Collected data:
*** Begin section ***

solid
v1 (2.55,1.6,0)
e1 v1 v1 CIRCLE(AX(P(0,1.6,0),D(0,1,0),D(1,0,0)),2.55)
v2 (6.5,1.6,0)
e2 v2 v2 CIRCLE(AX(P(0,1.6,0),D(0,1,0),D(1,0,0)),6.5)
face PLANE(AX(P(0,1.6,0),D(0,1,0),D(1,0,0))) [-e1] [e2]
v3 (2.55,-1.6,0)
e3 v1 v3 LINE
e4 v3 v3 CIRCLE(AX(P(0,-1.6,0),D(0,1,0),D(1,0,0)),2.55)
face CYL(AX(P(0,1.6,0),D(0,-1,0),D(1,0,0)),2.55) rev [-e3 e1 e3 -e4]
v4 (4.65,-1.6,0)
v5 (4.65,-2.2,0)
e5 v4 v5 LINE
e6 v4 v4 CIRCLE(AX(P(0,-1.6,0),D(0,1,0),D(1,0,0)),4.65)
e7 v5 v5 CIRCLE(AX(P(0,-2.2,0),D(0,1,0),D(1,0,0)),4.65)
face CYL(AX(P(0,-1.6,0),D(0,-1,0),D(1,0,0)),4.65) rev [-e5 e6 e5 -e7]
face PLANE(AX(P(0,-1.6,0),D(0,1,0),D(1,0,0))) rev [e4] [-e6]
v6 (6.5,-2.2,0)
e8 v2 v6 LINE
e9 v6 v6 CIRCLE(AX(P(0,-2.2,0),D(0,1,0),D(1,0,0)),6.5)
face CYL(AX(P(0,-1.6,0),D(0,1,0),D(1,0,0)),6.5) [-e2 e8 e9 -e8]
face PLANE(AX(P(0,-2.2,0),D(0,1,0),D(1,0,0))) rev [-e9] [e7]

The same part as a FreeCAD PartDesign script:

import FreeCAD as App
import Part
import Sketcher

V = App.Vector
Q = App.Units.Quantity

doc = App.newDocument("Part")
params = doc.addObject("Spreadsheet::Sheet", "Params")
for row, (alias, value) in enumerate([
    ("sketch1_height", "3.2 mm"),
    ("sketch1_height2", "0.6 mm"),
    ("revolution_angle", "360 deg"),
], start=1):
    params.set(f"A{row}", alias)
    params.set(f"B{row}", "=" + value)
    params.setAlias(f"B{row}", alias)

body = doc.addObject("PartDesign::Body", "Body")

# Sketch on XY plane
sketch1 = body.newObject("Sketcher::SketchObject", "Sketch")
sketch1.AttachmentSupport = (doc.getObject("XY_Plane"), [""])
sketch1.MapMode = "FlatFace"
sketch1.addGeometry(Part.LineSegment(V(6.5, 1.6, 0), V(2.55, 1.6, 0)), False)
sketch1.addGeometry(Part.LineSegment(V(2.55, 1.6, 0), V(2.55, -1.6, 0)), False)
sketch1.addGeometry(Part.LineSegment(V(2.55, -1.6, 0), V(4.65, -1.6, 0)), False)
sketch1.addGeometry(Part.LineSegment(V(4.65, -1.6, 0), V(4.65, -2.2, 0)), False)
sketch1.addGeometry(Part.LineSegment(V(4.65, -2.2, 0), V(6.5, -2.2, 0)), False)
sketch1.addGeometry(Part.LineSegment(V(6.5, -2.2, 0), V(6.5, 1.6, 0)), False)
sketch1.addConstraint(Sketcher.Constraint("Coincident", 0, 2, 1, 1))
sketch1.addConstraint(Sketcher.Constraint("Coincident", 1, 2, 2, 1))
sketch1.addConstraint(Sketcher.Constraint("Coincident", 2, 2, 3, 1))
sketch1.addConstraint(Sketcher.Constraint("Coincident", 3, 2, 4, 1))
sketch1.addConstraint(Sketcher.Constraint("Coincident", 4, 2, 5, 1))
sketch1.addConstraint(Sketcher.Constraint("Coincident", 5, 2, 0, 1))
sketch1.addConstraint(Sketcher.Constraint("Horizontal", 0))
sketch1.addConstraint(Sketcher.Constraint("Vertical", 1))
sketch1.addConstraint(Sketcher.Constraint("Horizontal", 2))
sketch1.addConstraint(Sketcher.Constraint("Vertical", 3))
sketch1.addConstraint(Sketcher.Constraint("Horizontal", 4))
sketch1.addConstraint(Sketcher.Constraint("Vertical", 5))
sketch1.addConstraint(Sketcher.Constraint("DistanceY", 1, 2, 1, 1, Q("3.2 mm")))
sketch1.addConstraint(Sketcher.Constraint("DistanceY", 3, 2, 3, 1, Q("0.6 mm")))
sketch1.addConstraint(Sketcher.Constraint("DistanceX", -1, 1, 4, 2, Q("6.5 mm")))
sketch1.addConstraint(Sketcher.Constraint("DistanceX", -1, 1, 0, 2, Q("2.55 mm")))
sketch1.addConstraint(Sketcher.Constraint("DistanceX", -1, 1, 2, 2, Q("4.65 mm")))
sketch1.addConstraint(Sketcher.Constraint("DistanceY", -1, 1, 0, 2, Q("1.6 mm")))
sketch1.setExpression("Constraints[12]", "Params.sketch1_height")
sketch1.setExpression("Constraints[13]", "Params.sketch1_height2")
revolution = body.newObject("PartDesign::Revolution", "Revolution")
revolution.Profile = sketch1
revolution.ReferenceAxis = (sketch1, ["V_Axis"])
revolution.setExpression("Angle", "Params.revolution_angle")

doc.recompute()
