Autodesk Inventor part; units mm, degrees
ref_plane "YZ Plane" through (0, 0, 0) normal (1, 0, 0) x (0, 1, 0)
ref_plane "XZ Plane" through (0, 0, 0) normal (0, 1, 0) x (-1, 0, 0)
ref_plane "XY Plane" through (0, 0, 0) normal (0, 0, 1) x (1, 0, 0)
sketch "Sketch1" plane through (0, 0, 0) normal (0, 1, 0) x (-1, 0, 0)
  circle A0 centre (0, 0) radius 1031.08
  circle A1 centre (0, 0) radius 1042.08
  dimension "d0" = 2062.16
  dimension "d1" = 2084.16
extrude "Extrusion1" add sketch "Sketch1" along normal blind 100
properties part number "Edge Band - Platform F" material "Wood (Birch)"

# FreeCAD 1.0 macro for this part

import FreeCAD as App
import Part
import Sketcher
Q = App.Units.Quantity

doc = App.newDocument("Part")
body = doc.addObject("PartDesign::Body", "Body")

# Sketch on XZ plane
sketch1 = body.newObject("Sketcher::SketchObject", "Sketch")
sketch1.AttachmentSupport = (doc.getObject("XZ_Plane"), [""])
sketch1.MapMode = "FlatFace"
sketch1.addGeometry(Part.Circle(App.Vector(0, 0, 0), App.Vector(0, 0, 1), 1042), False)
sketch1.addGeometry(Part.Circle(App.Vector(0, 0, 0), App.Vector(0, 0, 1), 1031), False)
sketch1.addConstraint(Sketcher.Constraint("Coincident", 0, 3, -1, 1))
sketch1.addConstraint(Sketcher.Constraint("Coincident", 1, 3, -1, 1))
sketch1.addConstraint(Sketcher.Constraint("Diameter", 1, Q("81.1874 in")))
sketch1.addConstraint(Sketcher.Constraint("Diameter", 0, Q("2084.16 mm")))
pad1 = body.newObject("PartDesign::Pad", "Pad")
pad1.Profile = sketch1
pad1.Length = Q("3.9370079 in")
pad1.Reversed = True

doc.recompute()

*** End section ***
*** Begin section ***

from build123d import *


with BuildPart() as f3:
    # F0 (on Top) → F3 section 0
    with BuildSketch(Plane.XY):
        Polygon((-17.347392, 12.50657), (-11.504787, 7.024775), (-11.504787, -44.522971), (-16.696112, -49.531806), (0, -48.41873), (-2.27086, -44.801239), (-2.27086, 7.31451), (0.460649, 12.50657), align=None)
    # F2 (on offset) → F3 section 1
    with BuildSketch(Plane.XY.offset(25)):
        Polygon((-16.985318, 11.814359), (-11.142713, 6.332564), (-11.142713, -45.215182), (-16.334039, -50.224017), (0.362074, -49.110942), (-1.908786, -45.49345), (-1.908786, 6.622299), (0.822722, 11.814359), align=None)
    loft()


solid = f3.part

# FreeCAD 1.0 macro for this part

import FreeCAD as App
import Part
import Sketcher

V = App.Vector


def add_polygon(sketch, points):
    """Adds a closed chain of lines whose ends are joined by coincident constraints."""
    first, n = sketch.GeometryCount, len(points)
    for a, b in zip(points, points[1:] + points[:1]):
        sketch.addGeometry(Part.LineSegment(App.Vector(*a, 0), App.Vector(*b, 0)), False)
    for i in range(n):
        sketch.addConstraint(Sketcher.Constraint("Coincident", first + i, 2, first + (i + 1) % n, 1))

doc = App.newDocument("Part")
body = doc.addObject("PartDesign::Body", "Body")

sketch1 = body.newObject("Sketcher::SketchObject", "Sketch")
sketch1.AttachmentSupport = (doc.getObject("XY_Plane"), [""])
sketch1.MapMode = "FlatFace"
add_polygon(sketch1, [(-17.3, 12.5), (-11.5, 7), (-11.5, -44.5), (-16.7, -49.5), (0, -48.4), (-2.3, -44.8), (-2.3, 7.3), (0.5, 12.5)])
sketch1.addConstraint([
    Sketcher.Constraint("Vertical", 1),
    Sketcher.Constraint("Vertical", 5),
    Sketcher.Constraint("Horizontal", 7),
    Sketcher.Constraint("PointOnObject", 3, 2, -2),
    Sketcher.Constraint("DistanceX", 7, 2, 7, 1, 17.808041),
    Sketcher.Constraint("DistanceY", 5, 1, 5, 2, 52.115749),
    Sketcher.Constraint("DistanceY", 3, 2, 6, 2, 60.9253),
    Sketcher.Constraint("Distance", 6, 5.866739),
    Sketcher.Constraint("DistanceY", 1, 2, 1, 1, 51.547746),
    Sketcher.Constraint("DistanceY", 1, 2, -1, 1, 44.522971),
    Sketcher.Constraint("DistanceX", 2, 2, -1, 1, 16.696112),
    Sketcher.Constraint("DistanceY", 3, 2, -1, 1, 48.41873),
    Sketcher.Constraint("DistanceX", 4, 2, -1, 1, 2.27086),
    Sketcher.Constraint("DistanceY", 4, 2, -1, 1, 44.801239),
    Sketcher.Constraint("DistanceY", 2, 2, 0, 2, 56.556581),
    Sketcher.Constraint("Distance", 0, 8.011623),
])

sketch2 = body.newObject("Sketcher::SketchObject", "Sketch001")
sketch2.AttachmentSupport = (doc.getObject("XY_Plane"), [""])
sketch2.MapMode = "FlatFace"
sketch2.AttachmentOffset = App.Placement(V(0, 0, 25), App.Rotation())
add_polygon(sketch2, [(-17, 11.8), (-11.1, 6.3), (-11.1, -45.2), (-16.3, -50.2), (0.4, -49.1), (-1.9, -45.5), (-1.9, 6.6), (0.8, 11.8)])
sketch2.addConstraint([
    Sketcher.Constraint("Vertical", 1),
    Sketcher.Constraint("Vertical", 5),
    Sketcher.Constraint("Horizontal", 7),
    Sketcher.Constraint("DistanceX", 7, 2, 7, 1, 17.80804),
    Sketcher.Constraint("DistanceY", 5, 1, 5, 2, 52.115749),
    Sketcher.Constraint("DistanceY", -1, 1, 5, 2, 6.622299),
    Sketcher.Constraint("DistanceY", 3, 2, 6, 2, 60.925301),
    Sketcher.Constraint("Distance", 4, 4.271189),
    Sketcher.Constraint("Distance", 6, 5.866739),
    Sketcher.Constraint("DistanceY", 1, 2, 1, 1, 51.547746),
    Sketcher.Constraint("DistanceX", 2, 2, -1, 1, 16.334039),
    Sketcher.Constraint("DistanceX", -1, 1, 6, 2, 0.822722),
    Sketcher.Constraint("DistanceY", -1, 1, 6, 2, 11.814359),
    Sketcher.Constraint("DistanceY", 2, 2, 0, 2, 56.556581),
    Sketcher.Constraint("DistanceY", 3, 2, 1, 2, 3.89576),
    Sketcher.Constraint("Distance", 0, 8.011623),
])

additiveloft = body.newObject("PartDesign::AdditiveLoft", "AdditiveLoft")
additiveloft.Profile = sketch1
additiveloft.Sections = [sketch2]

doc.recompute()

*** End section ***

## AIM OF THE EXERCISE
Copy out the lines above exactly, beginning at the one that contains "e5 v4 v5 LINE" and ending at the one that contains "e9 v6 v6 CIRCLE(AX(P(0,-2.2,0),D(0,1,0),D(1,0,0)),6.5)".

## SOLUTION FOR THIS PROBLEM
e5 v4 v5 LINE
e6 v4 v4 CIRCLE(AX(P(0,-1.6,0),D(0,1,0),D(1,0,0)),4.65)
e7 v5 v5 CIRCLE(AX(P(0,-2.2,0),D(0,1,0),D(1,0,0)),4.65)
face CYL(AX(P(0,-1.6,0),D(0,-1,0),D(1,0,0)),4.65) rev [-e5 e6 e5 -e7]
face PLANE(AX(P(0,-1.6,0),D(0,1,0),D(1,0,0))) rev [e4] [-e6]
v6 (6.5,-2.2,0)
e8 v2 v6 LINE
e9 v6 v6 CIRCLE(AX(P(0,-2.2,0),D(0,1,0),D(1,0,0)),6.5)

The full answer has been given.